PROBLEM TO SOLVE: On every line of the listing, check for "kind"; copy the lines that have it.
*** DATA LISTING ***
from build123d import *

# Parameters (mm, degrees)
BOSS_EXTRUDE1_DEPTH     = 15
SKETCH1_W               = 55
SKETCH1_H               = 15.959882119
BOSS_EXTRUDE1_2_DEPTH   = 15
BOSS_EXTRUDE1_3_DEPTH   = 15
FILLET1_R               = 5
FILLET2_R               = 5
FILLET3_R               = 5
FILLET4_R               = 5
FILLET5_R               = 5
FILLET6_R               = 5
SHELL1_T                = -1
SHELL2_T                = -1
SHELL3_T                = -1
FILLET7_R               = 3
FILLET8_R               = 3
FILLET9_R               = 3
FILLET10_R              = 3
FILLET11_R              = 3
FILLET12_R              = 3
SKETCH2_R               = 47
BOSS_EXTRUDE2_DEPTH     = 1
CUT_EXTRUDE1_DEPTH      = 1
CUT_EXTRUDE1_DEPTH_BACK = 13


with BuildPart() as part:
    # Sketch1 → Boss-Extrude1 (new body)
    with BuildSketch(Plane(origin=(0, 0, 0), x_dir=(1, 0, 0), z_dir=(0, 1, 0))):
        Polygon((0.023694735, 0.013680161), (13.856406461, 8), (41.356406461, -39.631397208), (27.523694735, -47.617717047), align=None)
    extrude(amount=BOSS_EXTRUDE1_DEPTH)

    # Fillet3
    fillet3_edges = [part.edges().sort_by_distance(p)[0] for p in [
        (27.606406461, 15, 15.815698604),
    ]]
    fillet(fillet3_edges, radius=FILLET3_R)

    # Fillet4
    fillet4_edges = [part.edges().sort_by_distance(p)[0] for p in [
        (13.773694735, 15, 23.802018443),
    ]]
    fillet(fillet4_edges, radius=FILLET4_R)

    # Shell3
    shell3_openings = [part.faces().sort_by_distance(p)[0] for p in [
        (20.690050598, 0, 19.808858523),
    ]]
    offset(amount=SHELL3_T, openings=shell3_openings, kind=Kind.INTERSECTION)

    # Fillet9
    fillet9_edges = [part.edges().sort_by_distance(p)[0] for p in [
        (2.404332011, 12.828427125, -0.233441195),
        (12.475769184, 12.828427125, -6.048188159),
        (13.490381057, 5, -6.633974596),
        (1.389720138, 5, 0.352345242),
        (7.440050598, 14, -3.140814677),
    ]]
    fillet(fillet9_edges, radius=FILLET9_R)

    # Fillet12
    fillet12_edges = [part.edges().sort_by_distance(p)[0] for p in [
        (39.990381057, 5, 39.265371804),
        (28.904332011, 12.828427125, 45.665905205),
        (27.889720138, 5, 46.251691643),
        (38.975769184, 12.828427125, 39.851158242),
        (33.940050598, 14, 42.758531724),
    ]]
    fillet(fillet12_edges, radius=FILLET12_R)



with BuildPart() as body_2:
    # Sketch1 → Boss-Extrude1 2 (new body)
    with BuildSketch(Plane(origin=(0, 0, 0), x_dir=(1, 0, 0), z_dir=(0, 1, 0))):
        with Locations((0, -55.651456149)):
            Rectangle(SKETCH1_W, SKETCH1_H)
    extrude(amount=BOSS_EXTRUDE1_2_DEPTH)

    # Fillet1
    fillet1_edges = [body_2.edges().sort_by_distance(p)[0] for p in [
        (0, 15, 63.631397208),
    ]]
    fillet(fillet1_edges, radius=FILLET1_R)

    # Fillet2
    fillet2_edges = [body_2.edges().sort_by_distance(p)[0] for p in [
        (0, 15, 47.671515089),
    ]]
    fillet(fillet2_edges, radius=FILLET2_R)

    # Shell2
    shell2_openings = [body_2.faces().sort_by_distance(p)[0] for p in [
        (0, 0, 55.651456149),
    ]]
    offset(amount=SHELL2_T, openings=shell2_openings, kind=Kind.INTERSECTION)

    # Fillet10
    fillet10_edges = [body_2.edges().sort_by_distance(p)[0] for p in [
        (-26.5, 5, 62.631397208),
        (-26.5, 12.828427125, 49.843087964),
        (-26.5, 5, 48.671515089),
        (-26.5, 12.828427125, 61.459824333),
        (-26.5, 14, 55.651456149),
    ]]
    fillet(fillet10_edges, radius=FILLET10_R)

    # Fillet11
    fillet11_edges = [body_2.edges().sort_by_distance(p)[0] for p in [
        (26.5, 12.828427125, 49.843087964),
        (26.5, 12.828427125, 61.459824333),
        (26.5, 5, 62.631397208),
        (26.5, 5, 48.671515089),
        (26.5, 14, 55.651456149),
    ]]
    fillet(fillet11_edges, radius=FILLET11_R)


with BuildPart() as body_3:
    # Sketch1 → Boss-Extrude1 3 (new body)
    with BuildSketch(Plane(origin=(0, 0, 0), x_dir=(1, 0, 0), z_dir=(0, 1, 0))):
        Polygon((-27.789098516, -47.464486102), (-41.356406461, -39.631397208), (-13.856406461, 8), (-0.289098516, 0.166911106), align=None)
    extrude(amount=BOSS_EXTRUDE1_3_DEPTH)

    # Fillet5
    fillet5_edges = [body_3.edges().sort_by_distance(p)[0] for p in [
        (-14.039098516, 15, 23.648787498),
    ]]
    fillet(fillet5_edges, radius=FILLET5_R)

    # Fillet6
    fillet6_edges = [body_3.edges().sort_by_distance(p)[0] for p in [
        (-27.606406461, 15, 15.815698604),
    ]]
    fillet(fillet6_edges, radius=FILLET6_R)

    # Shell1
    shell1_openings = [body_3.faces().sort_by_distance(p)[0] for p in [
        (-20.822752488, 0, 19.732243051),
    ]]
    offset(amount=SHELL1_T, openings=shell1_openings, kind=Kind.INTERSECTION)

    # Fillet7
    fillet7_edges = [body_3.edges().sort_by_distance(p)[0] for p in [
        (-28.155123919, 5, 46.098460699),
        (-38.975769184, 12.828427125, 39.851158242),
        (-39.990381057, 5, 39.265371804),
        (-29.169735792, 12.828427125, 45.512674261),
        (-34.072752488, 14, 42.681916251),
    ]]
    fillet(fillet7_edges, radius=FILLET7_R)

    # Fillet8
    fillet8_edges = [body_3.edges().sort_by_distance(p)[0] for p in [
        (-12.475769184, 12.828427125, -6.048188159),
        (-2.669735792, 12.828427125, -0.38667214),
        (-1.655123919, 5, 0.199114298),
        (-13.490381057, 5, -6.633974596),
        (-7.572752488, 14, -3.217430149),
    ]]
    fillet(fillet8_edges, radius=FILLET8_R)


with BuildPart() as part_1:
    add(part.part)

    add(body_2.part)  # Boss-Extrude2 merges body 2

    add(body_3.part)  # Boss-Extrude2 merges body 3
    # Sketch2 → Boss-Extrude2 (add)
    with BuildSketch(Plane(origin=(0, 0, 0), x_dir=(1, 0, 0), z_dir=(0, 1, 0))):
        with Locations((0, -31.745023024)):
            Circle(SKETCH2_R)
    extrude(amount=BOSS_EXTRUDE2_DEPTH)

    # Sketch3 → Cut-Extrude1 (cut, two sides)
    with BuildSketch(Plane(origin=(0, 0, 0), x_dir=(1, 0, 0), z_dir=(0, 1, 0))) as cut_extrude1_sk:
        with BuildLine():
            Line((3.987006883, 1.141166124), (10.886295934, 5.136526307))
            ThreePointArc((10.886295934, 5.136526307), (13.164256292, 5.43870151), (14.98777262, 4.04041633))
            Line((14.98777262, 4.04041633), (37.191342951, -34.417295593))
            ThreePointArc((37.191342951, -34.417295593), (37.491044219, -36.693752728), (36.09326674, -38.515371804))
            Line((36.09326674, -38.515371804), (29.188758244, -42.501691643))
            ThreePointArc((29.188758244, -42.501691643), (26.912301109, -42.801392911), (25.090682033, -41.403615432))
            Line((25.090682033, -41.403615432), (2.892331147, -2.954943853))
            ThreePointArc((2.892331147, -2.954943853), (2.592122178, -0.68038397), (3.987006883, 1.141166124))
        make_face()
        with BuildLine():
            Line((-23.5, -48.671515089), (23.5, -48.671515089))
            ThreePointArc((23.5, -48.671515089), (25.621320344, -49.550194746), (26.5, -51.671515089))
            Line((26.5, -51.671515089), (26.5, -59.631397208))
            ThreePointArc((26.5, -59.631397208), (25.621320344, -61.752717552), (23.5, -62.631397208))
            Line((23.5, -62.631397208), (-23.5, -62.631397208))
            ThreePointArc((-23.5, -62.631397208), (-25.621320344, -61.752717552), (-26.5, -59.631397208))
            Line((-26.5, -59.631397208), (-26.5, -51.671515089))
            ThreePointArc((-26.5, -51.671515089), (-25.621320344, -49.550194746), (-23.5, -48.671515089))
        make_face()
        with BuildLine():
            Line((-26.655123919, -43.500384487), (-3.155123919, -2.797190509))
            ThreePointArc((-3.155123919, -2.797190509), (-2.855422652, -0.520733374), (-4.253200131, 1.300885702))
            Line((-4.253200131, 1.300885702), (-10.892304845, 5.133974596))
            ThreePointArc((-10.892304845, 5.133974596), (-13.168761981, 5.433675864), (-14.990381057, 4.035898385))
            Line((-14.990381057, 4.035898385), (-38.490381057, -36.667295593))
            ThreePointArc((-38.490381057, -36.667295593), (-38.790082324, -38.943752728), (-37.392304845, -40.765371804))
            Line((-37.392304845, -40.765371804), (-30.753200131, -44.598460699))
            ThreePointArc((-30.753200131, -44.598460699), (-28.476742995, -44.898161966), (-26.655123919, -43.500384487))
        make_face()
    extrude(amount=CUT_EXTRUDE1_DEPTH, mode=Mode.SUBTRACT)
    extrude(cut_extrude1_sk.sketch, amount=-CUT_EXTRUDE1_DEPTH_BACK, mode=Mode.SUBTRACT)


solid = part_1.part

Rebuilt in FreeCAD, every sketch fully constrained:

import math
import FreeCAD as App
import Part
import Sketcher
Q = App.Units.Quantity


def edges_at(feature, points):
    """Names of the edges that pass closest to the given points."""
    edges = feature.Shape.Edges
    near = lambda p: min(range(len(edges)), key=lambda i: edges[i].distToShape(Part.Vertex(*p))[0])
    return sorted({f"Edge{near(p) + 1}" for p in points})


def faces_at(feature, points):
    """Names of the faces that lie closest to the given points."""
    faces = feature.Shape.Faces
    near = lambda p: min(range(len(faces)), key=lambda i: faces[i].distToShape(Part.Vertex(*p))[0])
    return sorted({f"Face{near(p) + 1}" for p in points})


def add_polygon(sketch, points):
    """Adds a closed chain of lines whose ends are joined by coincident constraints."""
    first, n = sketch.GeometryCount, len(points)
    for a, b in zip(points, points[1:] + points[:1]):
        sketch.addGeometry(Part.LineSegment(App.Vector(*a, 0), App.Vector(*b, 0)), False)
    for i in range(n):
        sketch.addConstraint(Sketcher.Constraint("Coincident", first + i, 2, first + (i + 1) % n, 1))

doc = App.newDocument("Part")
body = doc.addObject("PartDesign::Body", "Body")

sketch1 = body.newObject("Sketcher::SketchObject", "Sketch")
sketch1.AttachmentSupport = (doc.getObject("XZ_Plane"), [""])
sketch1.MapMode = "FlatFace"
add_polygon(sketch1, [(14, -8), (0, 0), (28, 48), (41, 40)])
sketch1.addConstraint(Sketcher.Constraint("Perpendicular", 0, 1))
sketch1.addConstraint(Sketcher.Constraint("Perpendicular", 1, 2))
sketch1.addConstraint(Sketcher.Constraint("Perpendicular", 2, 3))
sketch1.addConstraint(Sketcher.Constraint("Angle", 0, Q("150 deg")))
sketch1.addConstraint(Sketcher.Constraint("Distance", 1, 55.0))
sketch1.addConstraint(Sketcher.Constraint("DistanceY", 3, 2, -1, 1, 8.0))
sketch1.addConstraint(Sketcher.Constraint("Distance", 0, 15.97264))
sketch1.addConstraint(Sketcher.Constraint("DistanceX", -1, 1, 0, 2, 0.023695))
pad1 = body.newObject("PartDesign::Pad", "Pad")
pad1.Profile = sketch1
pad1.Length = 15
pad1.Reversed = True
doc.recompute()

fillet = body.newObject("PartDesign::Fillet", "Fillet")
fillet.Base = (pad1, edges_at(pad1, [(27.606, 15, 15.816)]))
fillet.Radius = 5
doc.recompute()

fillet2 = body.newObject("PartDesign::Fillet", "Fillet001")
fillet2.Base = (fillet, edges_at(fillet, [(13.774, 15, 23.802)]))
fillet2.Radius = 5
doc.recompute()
*** End of DATA LISTING ***
OUTPUT BELOW:
    offset(amount=SHELL3_T, openings=shell3_openings, kind=Kind.INTERSECTION)
    offset(amount=SHELL2_T, openings=shell2_openings, kind=Kind.INTERSECTION)
    offset(amount=SHELL1_T, openings=shell1_openings, kind=Kind.INTERSECTION)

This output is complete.